Lo que uno quiere lo que otro quiere
Javier Vázquez Losada
UJA Editorial. Universidad de Jaén, 2023
Ironía e ingenio son recursos ligados al ser humano y a la literatura desde los clásicos grecolatinos. Valen como motivo extra de la trama, sea cual sea su condición y género, y como motrices implícitos o explícitos de la obra de arte. ¿Quiénes se nos vienen a la mente en estos casos? Al vuelo, Ulises, Estrepsíades, Furio, Hamlet, Alonso Quijano, don Pablos o Max Estrella.
Ironía e ingenio son recursos que agradece el lector porque le ayudan a la evasión inmediata, a recrearse en otro mundo donde cabe lo sutil, y adonde se entra sin ningún esfuerzo porque es el autor quien lleva de la mano al otro extremo de la rutina cotidiana que a mansalva nos ocupa.
Javier Vázquez Losada (Ourense, 1967) aplica esta receta a su ámbito de escritor más o menos escéptico e incrédulo. En Lo que uno quiere lo que otro quiere (premio “Miguel Hernández” 2022 convocado por la Universidad de Jaén) asistimos al desarrollo de una poesía sutil, escueta y limpia. El título nos remite a la convivencia de dos personas (pudieran tratarse de hombre y mujer), a su manera de enfrentarse a la vida y confrontar los pensamientos de ambos. El mismo poeta señala que la portada del libro es sugeridora de la dificultad de esta interacción, supuestamente natural e instintiva, al estar separadas ambas siluetas por una franja, sinónimo de tirana, quede la paradoja expuesta.

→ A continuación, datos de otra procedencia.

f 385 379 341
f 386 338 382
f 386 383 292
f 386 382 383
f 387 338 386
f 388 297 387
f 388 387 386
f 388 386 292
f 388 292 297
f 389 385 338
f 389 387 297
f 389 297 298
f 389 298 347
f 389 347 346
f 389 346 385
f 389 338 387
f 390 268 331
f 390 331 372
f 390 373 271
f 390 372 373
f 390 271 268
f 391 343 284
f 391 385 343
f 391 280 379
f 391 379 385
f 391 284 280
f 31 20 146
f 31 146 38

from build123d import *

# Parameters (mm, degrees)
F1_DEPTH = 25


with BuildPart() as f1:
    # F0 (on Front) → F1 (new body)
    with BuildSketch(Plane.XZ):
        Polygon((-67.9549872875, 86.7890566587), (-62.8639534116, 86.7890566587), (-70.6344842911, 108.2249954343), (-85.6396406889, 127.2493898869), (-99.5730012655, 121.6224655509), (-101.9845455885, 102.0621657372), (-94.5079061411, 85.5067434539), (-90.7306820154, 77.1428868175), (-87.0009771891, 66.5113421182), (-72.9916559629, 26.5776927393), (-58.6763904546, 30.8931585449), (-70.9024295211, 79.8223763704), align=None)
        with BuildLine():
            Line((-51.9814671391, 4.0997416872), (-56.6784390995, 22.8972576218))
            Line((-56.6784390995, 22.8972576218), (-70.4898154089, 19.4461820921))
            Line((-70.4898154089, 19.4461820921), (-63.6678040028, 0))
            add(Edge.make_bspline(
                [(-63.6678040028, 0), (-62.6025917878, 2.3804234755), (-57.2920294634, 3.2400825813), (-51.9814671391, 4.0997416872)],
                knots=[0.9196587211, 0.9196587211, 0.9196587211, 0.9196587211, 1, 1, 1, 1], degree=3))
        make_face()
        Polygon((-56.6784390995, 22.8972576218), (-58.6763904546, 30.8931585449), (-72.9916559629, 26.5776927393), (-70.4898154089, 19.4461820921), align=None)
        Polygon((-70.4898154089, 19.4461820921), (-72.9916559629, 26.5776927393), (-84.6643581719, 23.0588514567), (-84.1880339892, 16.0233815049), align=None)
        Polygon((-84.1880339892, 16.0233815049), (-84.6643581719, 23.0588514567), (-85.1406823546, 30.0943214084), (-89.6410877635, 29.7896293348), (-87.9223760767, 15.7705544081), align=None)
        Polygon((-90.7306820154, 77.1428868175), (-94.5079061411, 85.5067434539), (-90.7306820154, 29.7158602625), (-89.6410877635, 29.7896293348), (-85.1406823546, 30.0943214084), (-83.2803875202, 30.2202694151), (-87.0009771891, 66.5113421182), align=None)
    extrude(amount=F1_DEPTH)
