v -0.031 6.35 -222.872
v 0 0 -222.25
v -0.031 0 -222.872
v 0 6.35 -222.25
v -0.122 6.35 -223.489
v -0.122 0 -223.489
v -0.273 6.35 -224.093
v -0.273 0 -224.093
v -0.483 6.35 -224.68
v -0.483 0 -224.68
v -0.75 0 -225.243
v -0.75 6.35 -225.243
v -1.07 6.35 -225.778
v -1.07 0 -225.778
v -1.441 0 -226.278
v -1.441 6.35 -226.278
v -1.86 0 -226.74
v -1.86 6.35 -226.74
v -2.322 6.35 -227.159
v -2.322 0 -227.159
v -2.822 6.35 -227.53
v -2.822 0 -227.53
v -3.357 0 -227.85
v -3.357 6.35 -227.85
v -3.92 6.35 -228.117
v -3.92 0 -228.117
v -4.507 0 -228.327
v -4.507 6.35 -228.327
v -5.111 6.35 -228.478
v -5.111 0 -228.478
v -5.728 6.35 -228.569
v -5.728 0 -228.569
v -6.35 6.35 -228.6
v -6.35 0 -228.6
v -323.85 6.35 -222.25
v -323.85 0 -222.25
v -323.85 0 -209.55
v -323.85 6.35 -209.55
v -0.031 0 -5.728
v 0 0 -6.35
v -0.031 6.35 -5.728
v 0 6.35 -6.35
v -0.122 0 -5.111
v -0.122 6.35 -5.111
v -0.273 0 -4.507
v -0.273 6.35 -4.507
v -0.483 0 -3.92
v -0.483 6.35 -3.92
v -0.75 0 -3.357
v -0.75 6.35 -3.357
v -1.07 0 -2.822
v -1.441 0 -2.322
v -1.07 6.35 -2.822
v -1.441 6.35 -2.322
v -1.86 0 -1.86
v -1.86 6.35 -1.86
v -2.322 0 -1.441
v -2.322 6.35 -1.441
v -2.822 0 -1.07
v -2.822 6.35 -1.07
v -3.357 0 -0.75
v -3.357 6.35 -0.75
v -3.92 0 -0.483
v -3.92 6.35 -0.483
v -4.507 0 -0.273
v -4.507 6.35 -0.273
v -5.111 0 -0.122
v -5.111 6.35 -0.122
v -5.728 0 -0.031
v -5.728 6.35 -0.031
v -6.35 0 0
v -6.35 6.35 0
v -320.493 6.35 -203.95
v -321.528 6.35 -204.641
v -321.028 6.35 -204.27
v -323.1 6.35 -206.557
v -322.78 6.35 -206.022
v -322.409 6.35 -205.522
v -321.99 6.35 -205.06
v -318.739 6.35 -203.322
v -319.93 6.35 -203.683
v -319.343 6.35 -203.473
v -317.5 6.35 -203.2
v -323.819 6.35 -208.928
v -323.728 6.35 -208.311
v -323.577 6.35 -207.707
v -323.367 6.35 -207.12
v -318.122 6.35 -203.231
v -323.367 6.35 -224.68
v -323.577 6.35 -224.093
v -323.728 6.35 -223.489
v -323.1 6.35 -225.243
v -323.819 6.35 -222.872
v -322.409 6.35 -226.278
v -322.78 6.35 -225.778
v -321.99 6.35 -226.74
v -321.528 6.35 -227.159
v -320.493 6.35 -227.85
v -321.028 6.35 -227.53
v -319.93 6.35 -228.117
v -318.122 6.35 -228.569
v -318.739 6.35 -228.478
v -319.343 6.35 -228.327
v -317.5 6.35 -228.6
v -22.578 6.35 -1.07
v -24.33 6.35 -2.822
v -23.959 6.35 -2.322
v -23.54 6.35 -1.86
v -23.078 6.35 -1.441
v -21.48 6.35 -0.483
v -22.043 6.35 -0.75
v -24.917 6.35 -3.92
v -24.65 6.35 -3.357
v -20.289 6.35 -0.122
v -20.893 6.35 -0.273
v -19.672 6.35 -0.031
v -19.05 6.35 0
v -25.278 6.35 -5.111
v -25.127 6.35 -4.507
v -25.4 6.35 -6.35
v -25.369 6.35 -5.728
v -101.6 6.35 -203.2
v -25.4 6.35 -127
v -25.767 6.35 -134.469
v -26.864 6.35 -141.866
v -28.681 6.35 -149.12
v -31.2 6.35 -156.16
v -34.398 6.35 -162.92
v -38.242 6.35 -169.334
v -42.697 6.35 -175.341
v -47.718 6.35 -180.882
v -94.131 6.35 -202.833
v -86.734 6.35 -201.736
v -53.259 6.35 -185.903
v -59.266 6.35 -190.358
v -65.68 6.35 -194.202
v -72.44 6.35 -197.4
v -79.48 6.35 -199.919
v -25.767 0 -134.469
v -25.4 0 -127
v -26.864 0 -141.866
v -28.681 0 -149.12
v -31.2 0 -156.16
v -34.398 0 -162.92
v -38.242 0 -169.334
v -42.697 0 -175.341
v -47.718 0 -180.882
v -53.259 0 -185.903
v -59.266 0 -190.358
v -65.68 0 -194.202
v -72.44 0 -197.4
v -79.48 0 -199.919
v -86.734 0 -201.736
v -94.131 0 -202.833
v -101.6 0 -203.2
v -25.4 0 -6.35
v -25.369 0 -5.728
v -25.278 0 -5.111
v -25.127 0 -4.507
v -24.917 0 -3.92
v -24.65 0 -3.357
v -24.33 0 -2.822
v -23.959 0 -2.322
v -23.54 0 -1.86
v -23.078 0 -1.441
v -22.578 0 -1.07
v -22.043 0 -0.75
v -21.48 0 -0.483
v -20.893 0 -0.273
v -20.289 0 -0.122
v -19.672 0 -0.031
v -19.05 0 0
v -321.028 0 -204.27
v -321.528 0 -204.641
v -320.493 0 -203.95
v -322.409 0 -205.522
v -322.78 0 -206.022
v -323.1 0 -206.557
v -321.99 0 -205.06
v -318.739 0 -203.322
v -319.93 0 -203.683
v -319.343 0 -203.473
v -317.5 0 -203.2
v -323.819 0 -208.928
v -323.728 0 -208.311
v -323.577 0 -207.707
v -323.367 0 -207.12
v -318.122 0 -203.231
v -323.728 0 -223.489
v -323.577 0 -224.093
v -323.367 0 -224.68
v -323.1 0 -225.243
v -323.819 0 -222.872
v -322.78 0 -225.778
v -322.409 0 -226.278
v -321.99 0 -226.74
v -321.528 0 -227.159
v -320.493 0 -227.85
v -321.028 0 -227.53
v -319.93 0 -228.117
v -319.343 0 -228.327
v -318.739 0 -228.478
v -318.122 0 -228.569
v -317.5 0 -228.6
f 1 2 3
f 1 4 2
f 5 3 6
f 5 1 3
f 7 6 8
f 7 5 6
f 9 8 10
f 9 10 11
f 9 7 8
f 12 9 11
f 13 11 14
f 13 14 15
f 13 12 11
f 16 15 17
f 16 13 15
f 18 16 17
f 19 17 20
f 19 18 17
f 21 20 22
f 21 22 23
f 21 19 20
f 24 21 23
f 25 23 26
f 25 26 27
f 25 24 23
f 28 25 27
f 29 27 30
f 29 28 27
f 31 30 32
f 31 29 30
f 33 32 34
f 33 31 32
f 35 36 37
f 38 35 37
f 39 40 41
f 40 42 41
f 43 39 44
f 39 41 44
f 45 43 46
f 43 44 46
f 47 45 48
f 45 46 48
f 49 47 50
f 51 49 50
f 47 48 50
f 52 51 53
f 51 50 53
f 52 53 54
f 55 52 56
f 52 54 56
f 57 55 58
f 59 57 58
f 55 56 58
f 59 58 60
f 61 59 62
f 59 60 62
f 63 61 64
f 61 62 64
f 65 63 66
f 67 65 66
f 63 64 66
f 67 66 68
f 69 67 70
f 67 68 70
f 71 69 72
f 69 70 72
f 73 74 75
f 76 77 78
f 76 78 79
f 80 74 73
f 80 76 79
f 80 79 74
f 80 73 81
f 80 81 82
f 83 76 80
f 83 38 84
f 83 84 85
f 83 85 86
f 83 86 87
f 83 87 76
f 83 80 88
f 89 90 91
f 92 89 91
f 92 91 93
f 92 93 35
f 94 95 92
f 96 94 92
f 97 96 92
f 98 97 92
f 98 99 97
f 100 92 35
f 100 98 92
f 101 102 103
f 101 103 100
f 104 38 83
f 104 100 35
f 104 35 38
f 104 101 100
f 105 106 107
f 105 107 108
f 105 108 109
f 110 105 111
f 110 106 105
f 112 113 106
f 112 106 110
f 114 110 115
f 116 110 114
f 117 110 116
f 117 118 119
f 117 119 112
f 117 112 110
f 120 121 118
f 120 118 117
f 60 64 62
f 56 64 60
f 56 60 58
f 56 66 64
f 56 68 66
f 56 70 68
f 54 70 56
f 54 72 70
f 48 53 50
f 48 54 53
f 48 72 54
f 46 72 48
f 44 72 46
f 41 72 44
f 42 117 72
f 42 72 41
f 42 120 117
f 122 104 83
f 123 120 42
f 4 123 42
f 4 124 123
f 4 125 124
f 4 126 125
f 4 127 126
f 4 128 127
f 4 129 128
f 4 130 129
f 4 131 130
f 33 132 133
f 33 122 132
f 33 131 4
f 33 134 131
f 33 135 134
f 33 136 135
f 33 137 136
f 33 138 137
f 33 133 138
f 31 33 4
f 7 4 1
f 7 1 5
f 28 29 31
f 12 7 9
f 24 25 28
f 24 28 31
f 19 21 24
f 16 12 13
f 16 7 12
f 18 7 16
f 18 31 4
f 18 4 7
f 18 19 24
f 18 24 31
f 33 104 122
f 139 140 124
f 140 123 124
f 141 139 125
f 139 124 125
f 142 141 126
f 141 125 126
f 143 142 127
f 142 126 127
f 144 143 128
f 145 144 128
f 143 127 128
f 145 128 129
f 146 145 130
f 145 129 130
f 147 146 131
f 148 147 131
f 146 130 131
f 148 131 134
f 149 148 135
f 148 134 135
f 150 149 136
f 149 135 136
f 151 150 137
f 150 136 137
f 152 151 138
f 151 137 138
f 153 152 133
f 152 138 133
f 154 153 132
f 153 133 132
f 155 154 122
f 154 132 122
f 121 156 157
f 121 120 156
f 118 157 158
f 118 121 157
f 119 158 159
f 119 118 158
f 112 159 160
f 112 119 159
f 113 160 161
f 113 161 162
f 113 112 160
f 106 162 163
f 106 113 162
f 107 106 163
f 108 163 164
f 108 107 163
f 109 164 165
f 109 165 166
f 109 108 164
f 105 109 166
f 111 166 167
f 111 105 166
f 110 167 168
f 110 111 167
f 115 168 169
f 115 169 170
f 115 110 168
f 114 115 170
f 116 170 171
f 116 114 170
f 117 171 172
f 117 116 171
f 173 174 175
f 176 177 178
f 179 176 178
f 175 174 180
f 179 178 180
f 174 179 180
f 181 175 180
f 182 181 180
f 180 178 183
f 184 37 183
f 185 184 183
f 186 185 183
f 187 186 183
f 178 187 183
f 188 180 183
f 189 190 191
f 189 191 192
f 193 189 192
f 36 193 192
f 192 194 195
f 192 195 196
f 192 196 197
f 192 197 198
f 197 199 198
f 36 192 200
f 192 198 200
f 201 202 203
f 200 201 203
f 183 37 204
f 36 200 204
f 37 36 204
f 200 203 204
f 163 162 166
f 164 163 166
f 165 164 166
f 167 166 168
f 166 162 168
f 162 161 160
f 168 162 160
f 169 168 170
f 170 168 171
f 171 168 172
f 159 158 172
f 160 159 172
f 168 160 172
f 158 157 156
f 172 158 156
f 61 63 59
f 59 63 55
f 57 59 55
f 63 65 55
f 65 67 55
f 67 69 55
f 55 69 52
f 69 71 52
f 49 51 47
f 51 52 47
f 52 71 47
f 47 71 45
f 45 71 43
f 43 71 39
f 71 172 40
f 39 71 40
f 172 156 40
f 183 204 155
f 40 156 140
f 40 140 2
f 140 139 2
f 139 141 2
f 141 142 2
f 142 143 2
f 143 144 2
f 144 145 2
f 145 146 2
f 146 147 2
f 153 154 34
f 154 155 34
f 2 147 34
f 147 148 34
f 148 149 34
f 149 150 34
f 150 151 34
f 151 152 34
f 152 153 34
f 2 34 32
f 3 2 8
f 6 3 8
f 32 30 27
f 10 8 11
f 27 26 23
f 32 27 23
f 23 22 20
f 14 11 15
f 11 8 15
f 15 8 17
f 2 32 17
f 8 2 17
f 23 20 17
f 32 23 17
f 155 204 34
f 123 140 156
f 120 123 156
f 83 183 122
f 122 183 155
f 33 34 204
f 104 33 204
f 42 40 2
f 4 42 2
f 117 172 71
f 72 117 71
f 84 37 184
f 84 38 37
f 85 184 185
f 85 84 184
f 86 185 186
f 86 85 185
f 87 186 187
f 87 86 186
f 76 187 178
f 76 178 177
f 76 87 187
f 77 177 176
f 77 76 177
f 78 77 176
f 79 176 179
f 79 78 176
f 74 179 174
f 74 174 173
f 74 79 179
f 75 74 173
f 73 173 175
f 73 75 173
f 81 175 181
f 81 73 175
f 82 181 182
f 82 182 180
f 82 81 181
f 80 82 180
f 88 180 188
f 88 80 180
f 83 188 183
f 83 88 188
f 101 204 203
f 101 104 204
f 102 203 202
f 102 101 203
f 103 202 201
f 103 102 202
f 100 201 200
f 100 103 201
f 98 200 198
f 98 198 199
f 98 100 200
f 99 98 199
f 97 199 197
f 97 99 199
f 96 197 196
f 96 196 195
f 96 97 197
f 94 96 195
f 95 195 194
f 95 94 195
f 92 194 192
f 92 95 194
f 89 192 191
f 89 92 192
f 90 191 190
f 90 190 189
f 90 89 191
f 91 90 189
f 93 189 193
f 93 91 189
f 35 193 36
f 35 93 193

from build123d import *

# Parameters (mm, degrees)
BOSS_EXTRUDE1_DEPTH = 6.35
FILLET1_R           = 6.35
FILLET2_R           = 76.2


with BuildPart() as part:
    # Sketch1 → Boss-Extrude1 (new body)
    with BuildSketch(Plane(origin=(0, 0, 0), x_dir=(1, 0, 0), z_dir=(0, 1, 0))):
        Polygon((0, 0), (0, 228.6), (-323.85, 228.6), (-323.85, 203.2), (-25.4, 203.2), (-25.4, 0), align=None)
    extrude(amount=BOSS_EXTRUDE1_DEPTH)

    # Fillet1
    fillet1_edges = [part.edges().sort_by_distance(p)[0] for p in [
        (-25.4, 3.175, 0),
        (-323.85, 3.175, -203.2),
        (-323.85, 3.175, -228.6),
        (0, 3.175, -228.6),
        (0, 3.175, 0),
    ]]
    fillet(fillet1_edges, radius=FILLET1_R)

    # Fillet2
    fillet2_edges = [part.edges().sort_by_distance(p)[0] for p in [
        (-25.4, 3.175, -203.2),
    ]]
    fillet(fillet2_edges, radius=FILLET2_R)


solid = part.part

En su manera de expresarse, el poeta usa matices apuntaladores de su libertad de expresión, distante del ritmo, de las figuras retóricas y de los metros convencionales. Su decir espontáneo de hombre trajinador de la realidad viva y directa, lo asume con un vocabulario que se instala en las coordenadas de lo jovial y burlón. En «La poesía es lo que es (aunque nos pese)» afirma: “Un poema tendría que ser como un videoclip/ hacer un poco el gilipollas/ montar en bici mirando a la cámara…/ meter a alguna tía buena/ con cualquier excusa/ hacer el chorra.»
Los títulos de los poemas son sugeridores: «He trabajado mucho», «Así nos luce el pelo», «Sigue jugando con mi corazón», «Mis dos orejas escuchan» o «Anoche en algún garito». Así nos habla de «El sexo como condena» en su principio y en su final: «En la cama/ ella era mejor que ninguna otra/ de eso no tenía ninguna duda/ ni tampoco creo que la tuviesen mis vecinos/ ni nadie que pudiera oírme/ lástima…/ lástima digo/ haberme levantado de la cama.»